PROBLEM — Reproduce, from the lines below, exactly the stretch that begins at the line containing "#30=ORIENTED_EDGE('',*,*,#29,.T.);" and ends at the line containing "#47=AXIS2_PLACEMENT_3D('',#45,#46,#26);", both included.

INPUT DATA —
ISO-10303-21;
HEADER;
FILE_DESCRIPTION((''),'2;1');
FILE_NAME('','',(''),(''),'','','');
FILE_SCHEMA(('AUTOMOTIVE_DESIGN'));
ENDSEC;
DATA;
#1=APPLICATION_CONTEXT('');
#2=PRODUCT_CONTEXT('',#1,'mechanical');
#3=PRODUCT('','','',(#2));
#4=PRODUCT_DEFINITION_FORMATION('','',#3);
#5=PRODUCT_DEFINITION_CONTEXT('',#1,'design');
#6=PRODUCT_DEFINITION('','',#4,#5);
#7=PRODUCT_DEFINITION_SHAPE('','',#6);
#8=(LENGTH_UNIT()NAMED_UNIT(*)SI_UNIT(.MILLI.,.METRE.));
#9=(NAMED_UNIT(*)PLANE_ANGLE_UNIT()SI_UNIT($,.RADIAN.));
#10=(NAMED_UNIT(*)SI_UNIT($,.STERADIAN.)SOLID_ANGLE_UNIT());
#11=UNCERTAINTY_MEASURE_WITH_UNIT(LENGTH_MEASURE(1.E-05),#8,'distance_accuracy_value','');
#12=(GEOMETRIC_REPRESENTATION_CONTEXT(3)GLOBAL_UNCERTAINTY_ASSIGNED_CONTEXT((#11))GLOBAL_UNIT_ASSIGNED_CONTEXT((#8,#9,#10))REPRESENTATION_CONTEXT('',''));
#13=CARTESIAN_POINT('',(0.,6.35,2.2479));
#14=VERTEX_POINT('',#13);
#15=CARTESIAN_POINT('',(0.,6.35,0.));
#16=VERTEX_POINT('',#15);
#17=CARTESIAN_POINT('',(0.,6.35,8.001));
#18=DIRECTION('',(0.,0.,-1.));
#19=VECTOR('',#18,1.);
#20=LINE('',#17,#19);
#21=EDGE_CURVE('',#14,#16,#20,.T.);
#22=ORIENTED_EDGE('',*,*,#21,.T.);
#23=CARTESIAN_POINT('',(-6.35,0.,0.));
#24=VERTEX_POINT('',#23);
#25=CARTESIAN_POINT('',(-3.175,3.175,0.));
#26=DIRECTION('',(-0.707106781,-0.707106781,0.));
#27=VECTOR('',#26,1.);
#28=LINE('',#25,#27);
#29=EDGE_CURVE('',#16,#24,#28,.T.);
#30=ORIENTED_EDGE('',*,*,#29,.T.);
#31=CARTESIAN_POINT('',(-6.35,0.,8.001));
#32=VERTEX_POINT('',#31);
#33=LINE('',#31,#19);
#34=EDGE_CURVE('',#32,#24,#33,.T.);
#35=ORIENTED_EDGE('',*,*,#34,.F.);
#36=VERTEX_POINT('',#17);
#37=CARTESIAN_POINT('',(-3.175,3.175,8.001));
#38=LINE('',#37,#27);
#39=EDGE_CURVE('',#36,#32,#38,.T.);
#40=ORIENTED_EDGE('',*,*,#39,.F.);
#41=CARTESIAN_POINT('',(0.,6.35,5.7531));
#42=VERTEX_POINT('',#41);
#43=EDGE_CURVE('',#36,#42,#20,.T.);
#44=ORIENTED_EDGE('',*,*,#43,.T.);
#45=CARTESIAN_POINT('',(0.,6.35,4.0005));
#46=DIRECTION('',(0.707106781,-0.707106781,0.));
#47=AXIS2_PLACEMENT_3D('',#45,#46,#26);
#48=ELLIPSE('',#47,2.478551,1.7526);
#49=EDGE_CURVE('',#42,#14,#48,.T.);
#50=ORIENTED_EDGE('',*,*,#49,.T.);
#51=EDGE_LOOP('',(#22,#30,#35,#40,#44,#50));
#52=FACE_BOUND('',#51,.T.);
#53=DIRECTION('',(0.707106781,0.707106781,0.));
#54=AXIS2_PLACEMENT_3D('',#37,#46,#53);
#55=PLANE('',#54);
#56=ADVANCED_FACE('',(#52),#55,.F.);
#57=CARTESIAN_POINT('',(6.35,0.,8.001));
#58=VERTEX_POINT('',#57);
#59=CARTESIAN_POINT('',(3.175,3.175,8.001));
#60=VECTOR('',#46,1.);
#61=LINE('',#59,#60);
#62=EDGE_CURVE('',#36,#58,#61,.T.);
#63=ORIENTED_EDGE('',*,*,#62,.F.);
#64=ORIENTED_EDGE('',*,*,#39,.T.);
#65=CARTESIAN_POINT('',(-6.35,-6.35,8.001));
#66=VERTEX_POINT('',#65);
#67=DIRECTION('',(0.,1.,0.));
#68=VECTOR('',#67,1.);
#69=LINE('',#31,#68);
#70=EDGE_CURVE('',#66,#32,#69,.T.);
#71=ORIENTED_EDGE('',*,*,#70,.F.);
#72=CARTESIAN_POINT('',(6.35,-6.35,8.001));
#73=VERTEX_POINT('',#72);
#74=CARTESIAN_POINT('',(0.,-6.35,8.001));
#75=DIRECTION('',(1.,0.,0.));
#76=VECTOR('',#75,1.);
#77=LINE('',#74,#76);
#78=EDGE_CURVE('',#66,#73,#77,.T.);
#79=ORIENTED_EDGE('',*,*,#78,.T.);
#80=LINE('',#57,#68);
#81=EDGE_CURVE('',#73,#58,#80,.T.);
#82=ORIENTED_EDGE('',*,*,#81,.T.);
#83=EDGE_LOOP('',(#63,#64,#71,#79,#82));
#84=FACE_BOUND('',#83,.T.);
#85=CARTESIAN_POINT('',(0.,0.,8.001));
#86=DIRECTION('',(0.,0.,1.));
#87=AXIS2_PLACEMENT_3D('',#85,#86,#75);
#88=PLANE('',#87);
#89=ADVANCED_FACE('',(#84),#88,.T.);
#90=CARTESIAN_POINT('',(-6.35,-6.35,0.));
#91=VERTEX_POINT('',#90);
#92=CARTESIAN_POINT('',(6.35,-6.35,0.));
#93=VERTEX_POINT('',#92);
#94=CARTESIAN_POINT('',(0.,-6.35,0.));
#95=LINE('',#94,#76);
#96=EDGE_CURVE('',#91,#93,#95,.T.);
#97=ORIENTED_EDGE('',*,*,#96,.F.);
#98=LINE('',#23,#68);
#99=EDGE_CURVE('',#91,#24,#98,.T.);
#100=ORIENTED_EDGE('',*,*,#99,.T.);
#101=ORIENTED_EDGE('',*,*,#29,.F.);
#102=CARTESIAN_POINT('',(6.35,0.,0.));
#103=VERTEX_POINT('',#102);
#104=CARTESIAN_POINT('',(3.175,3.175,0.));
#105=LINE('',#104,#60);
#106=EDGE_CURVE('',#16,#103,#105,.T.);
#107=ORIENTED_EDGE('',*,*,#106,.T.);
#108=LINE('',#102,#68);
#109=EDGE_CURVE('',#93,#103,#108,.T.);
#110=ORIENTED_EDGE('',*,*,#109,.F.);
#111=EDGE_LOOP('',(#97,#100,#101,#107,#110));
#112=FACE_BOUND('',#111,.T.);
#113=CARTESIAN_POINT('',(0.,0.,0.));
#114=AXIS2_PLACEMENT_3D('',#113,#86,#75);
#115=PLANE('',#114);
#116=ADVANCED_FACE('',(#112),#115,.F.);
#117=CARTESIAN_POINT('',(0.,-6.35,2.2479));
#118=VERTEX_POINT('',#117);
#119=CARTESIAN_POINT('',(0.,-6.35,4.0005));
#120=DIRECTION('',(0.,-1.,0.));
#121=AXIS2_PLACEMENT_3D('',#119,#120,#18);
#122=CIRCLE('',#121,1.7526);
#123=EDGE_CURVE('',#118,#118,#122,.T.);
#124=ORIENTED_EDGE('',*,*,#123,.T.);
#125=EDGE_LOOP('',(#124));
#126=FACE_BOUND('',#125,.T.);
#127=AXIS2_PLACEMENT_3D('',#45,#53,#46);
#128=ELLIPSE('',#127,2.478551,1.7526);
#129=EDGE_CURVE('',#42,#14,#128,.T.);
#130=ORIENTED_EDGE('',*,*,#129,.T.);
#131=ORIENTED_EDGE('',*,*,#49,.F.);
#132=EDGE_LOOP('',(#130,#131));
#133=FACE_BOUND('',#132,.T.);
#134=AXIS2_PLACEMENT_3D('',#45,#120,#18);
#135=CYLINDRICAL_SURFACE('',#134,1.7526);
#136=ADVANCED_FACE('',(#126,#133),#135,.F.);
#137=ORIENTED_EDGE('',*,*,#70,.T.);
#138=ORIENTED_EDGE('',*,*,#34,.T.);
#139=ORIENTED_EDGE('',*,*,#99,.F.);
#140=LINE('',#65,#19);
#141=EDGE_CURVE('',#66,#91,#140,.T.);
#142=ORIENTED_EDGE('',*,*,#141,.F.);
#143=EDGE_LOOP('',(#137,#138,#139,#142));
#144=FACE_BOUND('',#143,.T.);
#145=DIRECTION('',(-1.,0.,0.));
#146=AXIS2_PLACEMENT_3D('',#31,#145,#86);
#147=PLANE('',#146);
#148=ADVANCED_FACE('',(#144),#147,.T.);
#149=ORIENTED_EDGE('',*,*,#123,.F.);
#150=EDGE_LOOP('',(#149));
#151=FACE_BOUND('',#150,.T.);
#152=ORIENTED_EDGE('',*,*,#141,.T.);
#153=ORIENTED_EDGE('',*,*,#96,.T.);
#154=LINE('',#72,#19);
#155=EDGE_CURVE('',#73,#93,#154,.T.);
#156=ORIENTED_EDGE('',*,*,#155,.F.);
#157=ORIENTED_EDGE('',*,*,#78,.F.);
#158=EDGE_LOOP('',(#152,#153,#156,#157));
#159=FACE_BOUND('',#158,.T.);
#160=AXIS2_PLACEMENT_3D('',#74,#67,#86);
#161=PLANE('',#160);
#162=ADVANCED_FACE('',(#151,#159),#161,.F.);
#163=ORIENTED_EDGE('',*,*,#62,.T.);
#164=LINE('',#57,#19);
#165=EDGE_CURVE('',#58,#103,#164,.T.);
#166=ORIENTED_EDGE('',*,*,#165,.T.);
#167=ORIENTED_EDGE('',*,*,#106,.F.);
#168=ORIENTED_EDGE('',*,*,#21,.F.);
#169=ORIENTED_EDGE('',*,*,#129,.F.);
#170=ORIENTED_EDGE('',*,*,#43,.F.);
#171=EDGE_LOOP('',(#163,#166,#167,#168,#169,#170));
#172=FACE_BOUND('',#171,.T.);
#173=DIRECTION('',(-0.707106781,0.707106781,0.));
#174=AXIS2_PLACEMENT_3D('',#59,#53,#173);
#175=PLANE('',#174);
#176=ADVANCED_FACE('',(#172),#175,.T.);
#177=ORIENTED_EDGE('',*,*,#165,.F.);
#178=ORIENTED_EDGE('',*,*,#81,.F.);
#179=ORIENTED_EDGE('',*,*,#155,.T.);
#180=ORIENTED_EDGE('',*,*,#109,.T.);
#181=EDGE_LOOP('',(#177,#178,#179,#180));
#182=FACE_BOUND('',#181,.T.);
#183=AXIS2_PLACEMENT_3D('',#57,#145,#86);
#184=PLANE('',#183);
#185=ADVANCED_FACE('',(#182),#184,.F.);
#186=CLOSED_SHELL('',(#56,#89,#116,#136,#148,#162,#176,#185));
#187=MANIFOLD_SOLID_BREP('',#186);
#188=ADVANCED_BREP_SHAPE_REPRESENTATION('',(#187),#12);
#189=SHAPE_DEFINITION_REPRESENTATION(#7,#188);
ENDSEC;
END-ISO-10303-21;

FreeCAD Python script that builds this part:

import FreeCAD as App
import Part
import Sketcher
from FreeCAD import Vector
Q = App.Units.Quantity

doc = App.newDocument("Part")
params = doc.addObject("Spreadsheet::Sheet", "Params")
for row, (alias, value) in enumerate([
    ("sketch1_width", "0.5 in"),
    ("sketch1_height", "0.25 in"),
    ("pad1_length", "0.315 in"),
    ("sketch2_diameter", "0.138 in"),
], start=1):
    params.set(f"A{row}", alias)
    params.set(f"B{row}", "=" + value)
    params.setAlias(f"B{row}", alias)

body = doc.addObject("PartDesign::Body", "Body")

# Sketch on XY plane
sketch1 = body.newObject("Sketcher::SketchObject", "Sketch")
sketch1.AttachmentSupport = (doc.getObject("XY_Plane"), [""])
sketch1.MapMode = "FlatFace"
sketch1.addGeometry([
    Part.LineSegment(Vector(6, 0, 0), Vector(0, 6, 0)),  # 0
    Part.LineSegment(Vector(0, 6, 0), Vector(-6, 0, 0)),  # 1
    Part.LineSegment(Vector(-6, 0, 0), Vector(-6, -6, 0)),  # 2
    Part.LineSegment(Vector(-6, -6, 0), Vector(6, -6, 0)),  # 3
    Part.LineSegment(Vector(6, -6, 0), Vector(6, 0, 0)),  # 4
], False)
sketch1.addConstraint([
    Sketcher.Constraint("Coincident", 0, 2, 1, 1),
    Sketcher.Constraint("Coincident", 1, 2, 2, 1),
    Sketcher.Constraint("Coincident", 2, 2, 3, 1),
    Sketcher.Constraint("Coincident", 3, 2, 4, 1),
    Sketcher.Constraint("Coincident", 4, 2, 0, 1),
    Sketcher.Constraint("Vertical", 2),
    Sketcher.Constraint("Horizontal", 3),
    Sketcher.Constraint("Vertical", 4),
    Sketcher.Constraint("Symmetric", 1, 2, 4, 2, -1, 1),
    Sketcher.Constraint("PointOnObject", 0, 2, -2),
    Sketcher.Constraint("PointOnObject", 1, 2, -1),
    Sketcher.Constraint("Perpendicular", 0, 1),
    Sketcher.Constraint("DistanceX", 3, 1, 3, 2, Q("0.5 in")),
    Sketcher.Constraint("DistanceY", 2, 2, 2, 1, Q("0.25 in")),
])
sketch1.setExpression("Constraints[12]", "Params.sketch1_width")
sketch1.setExpression("Constraints[13]", "Params.sketch1_height")
pad1 = body.newObject("PartDesign::Pad", "Pad")
pad1.Profile = sketch1
pad1.setExpression("Length", "Params.pad1_length")

# Sketch on XZ plane
sketch2 = body.newObject("Sketcher::SketchObject", "Sketch001")
sketch2.AttachmentSupport = (doc.getObject("XZ_Plane"), [""])
sketch2.MapMode = "FlatFace"
sketch2.AttachmentOffset = App.Placement(Vector(0, 0, 0.25 * 25.4), App.Rotation())
sketch2.addGeometry(Part.Circle(Vector(0, 4, 0), Vector(0, 0, 1), 1.8), False)
sketch2.addConstraint([
    Sketcher.Constraint("PointOnObject", 0, 3, -2),
    Sketcher.Constraint("Diameter", 0, Q("0.138 in")),
    Sketcher.Constraint("DistanceY", -1, 1, 0, 3, Q("0.1575 in")),
])
sketch2.setExpression("Constraints[1]", "Params.sketch2_diameter")
pocket1 = body.newObject("PartDesign::Pocket", "Pocket")
pocket1.Profile = sketch2
pocket1.Type = "ThroughAll"

doc.recompute()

WRITTEN SOLUTION —
#30=ORIENTED_EDGE('',*,*,#29,.T.);
#31=CARTESIAN_POINT('',(-6.35,0.,8.001));
#32=VERTEX_POINT('',#31);
#33=LINE('',#31,#19);
#34=EDGE_CURVE('',#32,#24,#33,.T.);
#35=ORIENTED_EDGE('',*,*,#34,.F.);
#36=VERTEX_POINT('',#17);
#37=CARTESIAN_POINT('',(-3.175,3.175,8.001));
#38=LINE('',#37,#27);
#39=EDGE_CURVE('',#36,#32,#38,.T.);
#40=ORIENTED_EDGE('',*,*,#39,.F.);
#41=CARTESIAN_POINT('',(0.,6.35,5.7531));
#42=VERTEX_POINT('',#41);
#43=EDGE_CURVE('',#36,#42,#20,.T.);
#44=ORIENTED_EDGE('',*,*,#43,.T.);
#45=CARTESIAN_POINT('',(0.,6.35,4.0005));
#46=DIRECTION('',(0.707106781,-0.707106781,0.));
#47=AXIS2_PLACEMENT_3D('',#45,#46,#26);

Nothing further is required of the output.